Would you reproduce exactly the lines below from the one holding "#67=EDGE_LOOP('',(#66));" through the one holding "#81=VERTEX_POINT('',#80);", inclusive, and no others?

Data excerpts

=== Begin Enclosure ===

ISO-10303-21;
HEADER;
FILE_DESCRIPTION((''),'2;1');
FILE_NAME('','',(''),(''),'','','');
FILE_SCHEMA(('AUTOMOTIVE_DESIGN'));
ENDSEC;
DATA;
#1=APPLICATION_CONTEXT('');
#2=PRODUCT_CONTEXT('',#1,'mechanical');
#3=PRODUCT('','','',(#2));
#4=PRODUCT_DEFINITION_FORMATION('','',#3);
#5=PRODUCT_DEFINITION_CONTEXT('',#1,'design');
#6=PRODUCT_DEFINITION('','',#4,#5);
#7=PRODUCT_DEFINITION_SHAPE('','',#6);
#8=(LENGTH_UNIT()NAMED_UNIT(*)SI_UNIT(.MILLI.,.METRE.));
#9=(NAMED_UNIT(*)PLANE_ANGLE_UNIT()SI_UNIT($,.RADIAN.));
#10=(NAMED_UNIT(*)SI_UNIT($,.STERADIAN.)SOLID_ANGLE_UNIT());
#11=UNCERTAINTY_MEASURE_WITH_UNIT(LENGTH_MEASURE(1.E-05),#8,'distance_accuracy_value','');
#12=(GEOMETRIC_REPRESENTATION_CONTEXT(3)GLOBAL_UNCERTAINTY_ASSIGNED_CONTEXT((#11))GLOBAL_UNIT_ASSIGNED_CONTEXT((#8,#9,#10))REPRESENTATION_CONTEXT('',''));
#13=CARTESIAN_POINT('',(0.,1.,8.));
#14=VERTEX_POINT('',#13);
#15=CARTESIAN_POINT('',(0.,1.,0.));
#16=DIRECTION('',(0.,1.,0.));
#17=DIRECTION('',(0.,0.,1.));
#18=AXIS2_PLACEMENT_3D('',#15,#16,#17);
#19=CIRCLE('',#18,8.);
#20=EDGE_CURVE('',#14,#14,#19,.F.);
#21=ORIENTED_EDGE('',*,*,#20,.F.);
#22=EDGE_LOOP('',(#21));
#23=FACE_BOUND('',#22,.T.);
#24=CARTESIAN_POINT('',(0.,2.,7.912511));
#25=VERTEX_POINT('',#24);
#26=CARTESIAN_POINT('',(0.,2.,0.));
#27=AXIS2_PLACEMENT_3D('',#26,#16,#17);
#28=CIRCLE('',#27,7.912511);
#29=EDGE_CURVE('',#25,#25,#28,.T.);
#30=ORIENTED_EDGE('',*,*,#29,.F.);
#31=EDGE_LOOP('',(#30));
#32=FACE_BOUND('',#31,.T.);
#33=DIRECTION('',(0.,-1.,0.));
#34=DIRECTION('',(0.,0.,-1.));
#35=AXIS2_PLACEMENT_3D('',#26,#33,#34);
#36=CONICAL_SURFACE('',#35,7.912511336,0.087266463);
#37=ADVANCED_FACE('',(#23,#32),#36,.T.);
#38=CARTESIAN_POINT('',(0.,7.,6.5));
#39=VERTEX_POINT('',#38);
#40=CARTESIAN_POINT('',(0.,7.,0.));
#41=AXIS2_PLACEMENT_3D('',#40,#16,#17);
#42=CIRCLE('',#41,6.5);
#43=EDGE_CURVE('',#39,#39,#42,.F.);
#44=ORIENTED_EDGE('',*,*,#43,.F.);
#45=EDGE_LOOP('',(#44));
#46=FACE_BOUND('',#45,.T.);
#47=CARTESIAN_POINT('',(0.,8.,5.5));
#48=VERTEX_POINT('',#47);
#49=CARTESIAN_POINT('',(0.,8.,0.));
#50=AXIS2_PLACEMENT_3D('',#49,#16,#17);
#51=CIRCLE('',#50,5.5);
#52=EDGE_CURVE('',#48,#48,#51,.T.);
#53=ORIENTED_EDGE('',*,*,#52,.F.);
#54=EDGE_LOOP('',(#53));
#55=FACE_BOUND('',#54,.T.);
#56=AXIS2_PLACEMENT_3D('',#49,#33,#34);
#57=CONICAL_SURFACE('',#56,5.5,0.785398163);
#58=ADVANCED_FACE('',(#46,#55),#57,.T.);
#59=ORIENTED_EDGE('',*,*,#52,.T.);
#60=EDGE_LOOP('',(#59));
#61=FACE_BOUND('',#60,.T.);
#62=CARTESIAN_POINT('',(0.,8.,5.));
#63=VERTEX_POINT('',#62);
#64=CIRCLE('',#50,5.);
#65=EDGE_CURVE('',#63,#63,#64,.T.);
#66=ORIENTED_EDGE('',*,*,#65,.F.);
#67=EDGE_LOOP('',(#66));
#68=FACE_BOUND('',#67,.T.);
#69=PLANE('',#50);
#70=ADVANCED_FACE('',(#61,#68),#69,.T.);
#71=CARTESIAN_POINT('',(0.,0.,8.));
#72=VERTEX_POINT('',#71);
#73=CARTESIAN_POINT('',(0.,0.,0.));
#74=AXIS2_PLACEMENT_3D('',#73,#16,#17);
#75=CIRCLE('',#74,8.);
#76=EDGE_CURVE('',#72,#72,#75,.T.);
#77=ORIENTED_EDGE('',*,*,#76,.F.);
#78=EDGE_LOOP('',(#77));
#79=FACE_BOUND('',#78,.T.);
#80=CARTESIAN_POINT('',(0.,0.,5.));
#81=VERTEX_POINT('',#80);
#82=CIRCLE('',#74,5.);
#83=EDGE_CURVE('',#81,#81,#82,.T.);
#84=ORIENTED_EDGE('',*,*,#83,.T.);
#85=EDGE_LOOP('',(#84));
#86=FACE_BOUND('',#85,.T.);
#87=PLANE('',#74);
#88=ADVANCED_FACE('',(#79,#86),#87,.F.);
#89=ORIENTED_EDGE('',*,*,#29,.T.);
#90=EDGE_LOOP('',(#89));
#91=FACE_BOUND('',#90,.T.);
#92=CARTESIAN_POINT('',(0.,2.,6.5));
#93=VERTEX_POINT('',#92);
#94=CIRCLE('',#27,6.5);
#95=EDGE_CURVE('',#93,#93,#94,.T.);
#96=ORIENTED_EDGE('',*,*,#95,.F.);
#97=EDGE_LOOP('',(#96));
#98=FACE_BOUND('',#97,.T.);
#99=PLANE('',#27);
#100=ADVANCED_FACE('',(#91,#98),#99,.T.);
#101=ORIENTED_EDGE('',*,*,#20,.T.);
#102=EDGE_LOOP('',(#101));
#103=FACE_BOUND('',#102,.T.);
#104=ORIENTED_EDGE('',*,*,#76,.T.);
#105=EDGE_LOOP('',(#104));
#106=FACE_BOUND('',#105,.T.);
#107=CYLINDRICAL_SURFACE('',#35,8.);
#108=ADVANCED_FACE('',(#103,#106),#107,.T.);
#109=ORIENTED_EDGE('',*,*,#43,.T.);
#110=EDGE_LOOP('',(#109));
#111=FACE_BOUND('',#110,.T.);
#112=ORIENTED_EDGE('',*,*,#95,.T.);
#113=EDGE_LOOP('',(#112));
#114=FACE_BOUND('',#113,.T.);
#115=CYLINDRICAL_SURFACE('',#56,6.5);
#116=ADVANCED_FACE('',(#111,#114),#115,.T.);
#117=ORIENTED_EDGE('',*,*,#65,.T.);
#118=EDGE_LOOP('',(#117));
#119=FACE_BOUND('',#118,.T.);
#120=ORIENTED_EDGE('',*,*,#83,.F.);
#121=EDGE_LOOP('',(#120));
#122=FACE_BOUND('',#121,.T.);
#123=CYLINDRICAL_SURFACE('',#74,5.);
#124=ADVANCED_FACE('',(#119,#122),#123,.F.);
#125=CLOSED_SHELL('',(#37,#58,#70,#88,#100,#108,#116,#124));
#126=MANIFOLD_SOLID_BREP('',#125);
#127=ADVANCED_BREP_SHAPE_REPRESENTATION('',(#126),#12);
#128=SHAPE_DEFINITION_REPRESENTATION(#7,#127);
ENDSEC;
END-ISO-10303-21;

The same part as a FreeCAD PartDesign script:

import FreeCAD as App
import Part
import Sketcher
from FreeCAD import Vector


def edges_at(feature, points):
    """Names of the edges that pass closest to the given points."""
    edges = feature.Shape.Edges
    near = lambda p: min(range(len(edges)), key=lambda i: edges[i].distToShape(Part.Vertex(*p))[0])
    return sorted({f"Edge{near(p) + 1}" for p in points})

doc = App.newDocument("Part")
body = doc.addObject("PartDesign::Body", "Body")

# Sketch on XZ plane
sketch1 = body.newObject("Sketcher::SketchObject", "Sketch")
sketch1.AttachmentSupport = (doc.getObject("XZ_Plane"), [""])
sketch1.MapMode = "FlatFace"
sketch1.addGeometry(Part.Circle(Vector(0, 0, 0), Vector(0, 0, 1), 8), False)
sketch1.addConstraint(Sketcher.Constraint("Coincident", 0, 3, -1, 1))
sketch1.addConstraint(Sketcher.Constraint("Diameter", 0, 16.0))
pad1 = body.newObject("PartDesign::Pad", "Pad")
pad1.Profile = sketch1
pad1.Length = 2
pad1.Reversed = True

# Sketch on XZ plane
sketch2 = body.newObject("Sketcher::SketchObject", "Sketch001")
sketch2.AttachmentSupport = (doc.getObject("XZ_Plane"), [""])
sketch2.MapMode = "FlatFace"
sketch2.AttachmentOffset = App.Placement(Vector(0, 0, -2), App.Rotation())
sketch2.addGeometry(Part.Circle(Vector(0, 0, 0), Vector(0, 0, 1), 6), False)
sketch2.addConstraint(Sketcher.Constraint("Coincident", 0, 3, -1, 1))
sketch2.addConstraint(Sketcher.Constraint("Diameter", 0, 13.0))
pad2 = body.newObject("PartDesign::Pad", "Pad001")
pad2.Profile = sketch2
pad2.Length = 6
pad2.Reversed = True

# Sketch on XZ plane
sketch3 = body.newObject("Sketcher::SketchObject", "Sketch002")
sketch3.AttachmentSupport = (doc.getObject("XZ_Plane"), [""])
sketch3.MapMode = "FlatFace"
sketch3.AttachmentOffset = App.Placement(Vector(0, 0, -8), App.Rotation())
sketch3.addGeometry(Part.Circle(Vector(0, 0, 0), Vector(0, 0, 1), 5), False)
sketch3.addConstraint(Sketcher.Constraint("Coincident", 0, 3, -1, 1))
sketch3.addConstraint(Sketcher.Constraint("Diameter", 0, 10.0))
pocket1 = body.newObject("PartDesign::Pocket", "Pocket")
pocket1.Profile = sketch3
pocket1.Length = 8
pocket1.Reversed = True
doc.recompute()

chamfer = body.newObject("PartDesign::Chamfer", "Chamfer")
chamfer.Base = (pocket1, edges_at(pocket1, [(0, 8, -6.5)]))
chamfer.Size = 1
doc.recompute()

chamfer2 = body.newObject("PartDesign::Chamfer", "Chamfer001")
chamfer2.Base = (chamfer, edges_at(chamfer, [(0, 2, -8)]))
chamfer2.ChamferType = "Two distances"
chamfer2.Size = 1
chamfer2.Size2 = 0.087489
chamfer2.FlipDirection = True

doc.recompute()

=== End Enclosure ===

Written response:
#67=EDGE_LOOP('',(#66));
#68=FACE_BOUND('',#67,.T.);
#69=PLANE('',#50);
#70=ADVANCED_FACE('',(#61,#68),#69,.T.);
#71=CARTESIAN_POINT('',(0.,0.,8.));
#72=VERTEX_POINT('',#71);
#73=CARTESIAN_POINT('',(0.,0.,0.));
#74=AXIS2_PLACEMENT_3D('',#73,#16,#17);
#75=CIRCLE('',#74,8.);
#76=EDGE_CURVE('',#72,#72,#75,.T.);
#77=ORIENTED_EDGE('',*,*,#76,.F.);
#78=EDGE_LOOP('',(#77));
#79=FACE_BOUND('',#78,.T.);
#80=CARTESIAN_POINT('',(0.,0.,5.));
#81=VERTEX_POINT('',#80);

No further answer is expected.